Let $A$ be a $5\times 5$ complex matrix with characteristic polynomial that is $p(x)=(x-\lambda)^5$.
I've found that $$\dim\ker(A-\lambda I)=2$$ $$\dim\ker(A-\lambda I)^2=3$$ $$\dim\ker(A-\lambda I)^3=4$$ and $$\dim\ker(A-\lambda I)^4=5$$
How can I know that $A$'s Jordan form is $$\left(\begin{array}{ccccc} \lambda & 0 & 0 & 0 &0 \\ 0 & \lambda & 1 & 0 &0 \\ 0 & 0 & \lambda & 1 &0 \\ 0 & 0 &0& \lambda & 1 \\ 0 & 0 &0& 0 & \lambda \\ \end{array}\right)$$ and not $$\left(\begin{array}{ccccc} \lambda & 1 & 0 & 0 &0 \\ 0 & \lambda & 0 & 0 &0 \\ 0 & 0 & \lambda & 1 &0 \\ 0 & 0 &0& \lambda & 1 \\ 0 & 0 &0& 0 & \lambda \\ \end{array}\right)?$$
Is that because $\dim\ker (A-\lambda I)^i-\dim\ker(A-\lambda I)^{i-1}=1$ for $i=2,3,4$?

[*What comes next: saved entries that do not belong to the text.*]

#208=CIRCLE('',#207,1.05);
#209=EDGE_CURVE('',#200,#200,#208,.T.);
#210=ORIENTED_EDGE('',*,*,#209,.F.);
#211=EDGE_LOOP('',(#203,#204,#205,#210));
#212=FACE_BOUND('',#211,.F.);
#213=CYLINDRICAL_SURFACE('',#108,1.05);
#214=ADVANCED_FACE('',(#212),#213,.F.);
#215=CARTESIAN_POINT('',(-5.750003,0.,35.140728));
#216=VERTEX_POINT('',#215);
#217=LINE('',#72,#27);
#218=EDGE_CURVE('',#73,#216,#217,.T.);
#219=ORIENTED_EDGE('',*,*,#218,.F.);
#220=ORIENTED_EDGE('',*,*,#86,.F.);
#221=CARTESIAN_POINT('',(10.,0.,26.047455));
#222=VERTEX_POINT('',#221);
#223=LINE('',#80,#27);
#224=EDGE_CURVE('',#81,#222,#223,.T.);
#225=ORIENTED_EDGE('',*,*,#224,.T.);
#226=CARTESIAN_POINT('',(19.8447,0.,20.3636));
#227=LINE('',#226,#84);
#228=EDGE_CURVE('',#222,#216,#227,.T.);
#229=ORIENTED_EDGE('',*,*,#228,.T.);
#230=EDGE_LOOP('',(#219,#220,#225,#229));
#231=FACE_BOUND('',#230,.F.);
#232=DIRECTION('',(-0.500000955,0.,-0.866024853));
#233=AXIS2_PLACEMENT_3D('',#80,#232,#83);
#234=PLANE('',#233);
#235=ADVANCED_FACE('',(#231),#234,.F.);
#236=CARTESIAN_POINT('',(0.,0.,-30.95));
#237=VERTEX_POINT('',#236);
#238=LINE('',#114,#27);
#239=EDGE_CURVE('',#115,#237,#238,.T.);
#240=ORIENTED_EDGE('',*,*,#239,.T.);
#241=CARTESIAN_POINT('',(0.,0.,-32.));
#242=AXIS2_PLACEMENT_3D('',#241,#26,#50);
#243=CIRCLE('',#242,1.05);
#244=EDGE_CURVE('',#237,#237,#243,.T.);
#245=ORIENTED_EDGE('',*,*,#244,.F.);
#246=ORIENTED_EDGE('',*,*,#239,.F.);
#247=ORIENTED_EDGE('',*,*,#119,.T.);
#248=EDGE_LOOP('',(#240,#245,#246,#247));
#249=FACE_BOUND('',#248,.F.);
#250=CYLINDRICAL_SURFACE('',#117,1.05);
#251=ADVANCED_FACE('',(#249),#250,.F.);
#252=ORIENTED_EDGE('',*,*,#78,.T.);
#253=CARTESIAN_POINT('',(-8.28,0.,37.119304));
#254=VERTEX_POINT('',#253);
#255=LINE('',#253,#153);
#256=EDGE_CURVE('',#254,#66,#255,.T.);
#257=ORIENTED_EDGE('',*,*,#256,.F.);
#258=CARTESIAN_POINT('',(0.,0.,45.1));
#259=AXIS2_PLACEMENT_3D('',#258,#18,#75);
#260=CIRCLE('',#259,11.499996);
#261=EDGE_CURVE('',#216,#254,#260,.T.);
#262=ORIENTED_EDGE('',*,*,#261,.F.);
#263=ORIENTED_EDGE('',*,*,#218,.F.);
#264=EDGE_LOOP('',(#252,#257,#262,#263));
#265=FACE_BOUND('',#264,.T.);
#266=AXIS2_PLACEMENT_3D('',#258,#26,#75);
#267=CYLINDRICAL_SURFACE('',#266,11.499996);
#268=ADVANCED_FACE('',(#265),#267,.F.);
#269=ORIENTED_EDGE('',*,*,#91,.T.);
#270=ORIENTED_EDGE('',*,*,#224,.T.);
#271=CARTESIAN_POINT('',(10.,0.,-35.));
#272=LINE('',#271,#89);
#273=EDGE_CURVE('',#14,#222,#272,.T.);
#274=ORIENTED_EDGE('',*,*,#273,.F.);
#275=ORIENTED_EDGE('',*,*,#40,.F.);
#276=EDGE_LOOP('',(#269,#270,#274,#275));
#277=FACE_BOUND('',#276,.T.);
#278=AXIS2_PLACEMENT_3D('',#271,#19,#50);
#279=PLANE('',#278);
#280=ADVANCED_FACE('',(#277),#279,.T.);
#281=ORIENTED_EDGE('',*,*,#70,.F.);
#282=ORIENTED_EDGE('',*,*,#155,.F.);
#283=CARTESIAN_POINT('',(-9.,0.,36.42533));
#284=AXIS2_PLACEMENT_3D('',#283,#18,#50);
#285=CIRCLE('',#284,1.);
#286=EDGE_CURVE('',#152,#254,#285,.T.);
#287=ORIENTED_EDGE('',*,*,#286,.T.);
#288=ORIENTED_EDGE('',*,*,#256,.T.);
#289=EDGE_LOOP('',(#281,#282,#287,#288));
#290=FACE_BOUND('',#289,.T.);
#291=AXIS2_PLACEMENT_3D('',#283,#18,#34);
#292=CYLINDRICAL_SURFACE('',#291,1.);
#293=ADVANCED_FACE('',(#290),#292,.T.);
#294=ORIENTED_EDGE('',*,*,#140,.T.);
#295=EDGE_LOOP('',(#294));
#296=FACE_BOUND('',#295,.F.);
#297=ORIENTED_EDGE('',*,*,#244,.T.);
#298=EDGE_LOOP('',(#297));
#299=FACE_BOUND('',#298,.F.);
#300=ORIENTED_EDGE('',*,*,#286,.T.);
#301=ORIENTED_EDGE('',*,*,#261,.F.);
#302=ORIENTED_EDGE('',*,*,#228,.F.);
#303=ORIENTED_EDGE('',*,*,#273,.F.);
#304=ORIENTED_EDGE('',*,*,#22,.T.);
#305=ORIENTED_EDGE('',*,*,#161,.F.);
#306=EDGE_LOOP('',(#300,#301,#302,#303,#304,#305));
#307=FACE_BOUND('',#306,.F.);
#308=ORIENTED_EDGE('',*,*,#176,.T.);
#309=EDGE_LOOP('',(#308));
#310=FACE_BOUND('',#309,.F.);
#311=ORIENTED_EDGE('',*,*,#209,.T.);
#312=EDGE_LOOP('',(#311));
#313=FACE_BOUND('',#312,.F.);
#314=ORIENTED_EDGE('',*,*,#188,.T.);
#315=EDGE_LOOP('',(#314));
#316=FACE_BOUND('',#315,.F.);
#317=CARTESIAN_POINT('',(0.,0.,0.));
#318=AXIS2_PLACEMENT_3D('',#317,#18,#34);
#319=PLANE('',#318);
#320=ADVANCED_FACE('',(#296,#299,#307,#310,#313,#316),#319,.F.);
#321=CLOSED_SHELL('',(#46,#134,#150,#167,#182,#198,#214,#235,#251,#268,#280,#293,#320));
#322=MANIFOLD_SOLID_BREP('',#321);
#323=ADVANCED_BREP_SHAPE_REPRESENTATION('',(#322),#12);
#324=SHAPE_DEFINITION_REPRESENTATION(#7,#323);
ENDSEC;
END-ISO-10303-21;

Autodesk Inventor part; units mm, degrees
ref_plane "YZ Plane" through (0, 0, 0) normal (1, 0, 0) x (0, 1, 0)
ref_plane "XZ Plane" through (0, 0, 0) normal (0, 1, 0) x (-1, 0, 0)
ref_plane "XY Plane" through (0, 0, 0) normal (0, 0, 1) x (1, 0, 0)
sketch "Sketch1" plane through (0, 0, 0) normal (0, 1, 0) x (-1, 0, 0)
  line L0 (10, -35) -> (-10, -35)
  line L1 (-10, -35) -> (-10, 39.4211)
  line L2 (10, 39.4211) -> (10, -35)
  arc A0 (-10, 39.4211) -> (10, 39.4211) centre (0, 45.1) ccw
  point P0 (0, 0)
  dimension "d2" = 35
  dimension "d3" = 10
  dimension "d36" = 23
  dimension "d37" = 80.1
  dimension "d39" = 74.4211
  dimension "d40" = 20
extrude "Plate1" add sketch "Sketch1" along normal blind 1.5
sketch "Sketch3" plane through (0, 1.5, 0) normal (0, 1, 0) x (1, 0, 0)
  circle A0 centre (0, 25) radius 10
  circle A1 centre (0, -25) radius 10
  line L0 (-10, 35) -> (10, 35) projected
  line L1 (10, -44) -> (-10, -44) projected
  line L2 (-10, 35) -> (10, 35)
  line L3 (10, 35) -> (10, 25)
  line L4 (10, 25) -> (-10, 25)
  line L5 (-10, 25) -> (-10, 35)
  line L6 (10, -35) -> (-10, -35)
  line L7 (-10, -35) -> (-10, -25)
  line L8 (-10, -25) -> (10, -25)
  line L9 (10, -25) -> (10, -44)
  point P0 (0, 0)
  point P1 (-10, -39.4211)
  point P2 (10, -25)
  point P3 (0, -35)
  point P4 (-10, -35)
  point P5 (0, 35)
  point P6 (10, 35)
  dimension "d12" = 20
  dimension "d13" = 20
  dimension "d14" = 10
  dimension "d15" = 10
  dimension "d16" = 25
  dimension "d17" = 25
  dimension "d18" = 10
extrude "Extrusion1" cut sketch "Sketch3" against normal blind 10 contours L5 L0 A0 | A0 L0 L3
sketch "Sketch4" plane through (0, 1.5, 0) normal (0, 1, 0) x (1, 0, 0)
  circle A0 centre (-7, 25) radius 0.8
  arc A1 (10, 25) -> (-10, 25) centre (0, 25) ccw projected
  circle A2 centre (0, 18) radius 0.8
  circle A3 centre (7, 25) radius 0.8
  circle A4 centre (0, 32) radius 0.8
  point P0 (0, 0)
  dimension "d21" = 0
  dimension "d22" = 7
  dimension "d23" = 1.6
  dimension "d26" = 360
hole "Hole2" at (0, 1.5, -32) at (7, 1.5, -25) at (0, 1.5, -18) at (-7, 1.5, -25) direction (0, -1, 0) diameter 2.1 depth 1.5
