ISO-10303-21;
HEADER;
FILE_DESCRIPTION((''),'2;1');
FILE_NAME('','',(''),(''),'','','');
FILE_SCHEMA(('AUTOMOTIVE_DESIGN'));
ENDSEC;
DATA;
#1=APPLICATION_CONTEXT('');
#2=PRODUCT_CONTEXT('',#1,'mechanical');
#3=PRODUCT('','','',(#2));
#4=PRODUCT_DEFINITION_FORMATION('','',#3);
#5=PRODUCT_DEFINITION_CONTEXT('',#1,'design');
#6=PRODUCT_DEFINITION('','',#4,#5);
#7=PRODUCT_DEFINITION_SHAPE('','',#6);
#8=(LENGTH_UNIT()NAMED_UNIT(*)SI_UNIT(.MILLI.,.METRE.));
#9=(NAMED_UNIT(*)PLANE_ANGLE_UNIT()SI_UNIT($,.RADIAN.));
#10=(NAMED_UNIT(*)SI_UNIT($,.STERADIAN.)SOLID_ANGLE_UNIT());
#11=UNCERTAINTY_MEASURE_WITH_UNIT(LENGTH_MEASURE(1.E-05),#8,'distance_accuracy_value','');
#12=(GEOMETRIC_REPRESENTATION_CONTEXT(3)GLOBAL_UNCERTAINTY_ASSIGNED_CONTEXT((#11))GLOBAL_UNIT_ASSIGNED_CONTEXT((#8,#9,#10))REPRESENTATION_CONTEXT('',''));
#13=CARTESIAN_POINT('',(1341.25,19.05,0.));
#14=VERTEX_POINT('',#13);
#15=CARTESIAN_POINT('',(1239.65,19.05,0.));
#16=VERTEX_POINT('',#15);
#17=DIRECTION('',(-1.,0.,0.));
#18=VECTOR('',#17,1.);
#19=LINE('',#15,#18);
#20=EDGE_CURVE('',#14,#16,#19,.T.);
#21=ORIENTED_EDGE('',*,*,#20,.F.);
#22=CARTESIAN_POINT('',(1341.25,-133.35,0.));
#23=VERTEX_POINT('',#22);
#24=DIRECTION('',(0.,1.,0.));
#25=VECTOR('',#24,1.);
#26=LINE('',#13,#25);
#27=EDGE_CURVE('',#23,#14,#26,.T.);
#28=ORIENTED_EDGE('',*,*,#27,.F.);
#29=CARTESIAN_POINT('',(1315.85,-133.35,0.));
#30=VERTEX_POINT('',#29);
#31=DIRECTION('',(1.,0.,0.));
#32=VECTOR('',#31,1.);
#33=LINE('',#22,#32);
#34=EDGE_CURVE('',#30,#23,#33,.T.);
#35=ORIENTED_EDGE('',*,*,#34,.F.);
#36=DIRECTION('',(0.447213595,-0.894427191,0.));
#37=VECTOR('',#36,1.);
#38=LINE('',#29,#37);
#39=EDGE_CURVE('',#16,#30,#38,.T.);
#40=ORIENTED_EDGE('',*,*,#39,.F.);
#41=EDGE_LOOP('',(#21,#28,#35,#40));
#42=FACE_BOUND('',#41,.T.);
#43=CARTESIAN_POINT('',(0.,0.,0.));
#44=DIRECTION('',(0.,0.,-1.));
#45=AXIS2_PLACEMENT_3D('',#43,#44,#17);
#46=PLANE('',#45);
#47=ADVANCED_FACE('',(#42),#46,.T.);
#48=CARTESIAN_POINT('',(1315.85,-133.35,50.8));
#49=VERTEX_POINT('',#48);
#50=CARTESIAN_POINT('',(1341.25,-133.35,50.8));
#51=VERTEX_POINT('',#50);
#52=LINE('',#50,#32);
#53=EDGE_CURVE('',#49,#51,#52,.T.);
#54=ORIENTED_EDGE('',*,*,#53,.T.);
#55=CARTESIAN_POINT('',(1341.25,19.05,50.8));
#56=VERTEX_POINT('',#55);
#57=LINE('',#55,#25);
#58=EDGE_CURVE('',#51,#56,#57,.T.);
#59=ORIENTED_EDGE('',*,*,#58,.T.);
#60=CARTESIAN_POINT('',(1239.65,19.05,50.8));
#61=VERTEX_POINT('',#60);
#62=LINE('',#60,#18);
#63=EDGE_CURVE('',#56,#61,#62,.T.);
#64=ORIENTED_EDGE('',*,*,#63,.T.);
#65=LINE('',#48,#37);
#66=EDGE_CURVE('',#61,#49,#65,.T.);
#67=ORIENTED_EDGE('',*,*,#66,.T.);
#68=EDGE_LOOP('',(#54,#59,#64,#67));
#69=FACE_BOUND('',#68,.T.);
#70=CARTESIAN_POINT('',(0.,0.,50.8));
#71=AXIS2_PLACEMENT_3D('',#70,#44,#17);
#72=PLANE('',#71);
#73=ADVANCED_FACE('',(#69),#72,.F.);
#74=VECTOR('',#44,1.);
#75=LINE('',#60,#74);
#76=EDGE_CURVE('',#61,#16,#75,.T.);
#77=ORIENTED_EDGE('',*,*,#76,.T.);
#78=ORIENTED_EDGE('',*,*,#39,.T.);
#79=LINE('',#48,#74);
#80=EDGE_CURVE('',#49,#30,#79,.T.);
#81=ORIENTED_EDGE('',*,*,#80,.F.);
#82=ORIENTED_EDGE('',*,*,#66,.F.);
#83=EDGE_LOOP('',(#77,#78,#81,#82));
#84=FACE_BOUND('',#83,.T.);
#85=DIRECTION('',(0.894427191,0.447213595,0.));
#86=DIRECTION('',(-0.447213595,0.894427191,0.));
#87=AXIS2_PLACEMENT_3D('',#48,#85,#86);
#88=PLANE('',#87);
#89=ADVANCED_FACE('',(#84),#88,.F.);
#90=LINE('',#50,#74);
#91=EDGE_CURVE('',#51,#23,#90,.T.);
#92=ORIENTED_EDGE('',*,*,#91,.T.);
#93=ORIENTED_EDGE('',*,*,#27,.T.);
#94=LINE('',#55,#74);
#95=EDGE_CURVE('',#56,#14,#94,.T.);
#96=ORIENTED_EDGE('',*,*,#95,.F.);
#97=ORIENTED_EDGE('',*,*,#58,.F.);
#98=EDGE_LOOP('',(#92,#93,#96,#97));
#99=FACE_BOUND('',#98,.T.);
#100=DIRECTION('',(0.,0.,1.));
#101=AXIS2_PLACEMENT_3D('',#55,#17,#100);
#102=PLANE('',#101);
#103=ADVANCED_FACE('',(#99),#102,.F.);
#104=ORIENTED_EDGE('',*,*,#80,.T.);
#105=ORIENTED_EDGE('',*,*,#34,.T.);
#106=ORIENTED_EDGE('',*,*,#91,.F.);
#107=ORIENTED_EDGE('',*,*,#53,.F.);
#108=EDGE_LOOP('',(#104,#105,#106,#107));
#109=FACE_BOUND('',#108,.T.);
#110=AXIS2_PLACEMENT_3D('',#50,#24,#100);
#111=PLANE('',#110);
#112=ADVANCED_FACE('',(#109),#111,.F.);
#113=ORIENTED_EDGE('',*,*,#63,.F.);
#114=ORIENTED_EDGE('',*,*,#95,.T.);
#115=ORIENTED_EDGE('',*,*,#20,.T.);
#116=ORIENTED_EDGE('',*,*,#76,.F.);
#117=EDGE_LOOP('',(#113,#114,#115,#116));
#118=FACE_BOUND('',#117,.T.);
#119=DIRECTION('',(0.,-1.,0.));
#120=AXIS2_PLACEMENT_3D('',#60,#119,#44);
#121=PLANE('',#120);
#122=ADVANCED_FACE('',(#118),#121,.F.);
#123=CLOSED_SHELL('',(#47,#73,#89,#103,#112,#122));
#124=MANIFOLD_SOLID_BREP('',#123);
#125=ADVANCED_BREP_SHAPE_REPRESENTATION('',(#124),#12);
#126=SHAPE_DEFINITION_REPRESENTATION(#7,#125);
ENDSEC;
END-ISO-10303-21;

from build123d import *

# Parameters (mm, degrees)
BOSS_EXTRUDE1_DEPTH = 50.8


with BuildPart() as part:
    # Sketch1 → Boss-Extrude1 (new body)
    with BuildSketch(Plane.XY):
        Polygon((1341.25, 19.05), (1341.25, -133.35), (1315.85, -133.35), (1239.65, 19.05), align=None)
    extrude(amount=BOSS_EXTRUDE1_DEPTH)


solid = part.part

The difference between the nullity of the generalised eigenspace of index $4$ and index $3$ tells us that there is one Jordan block of degree at least $4$, i.e. there is one $J_{\lambda , 4}$ block. In your second matrix there is no $4 \times 4$ Jordan block, so that cannot be the correct form.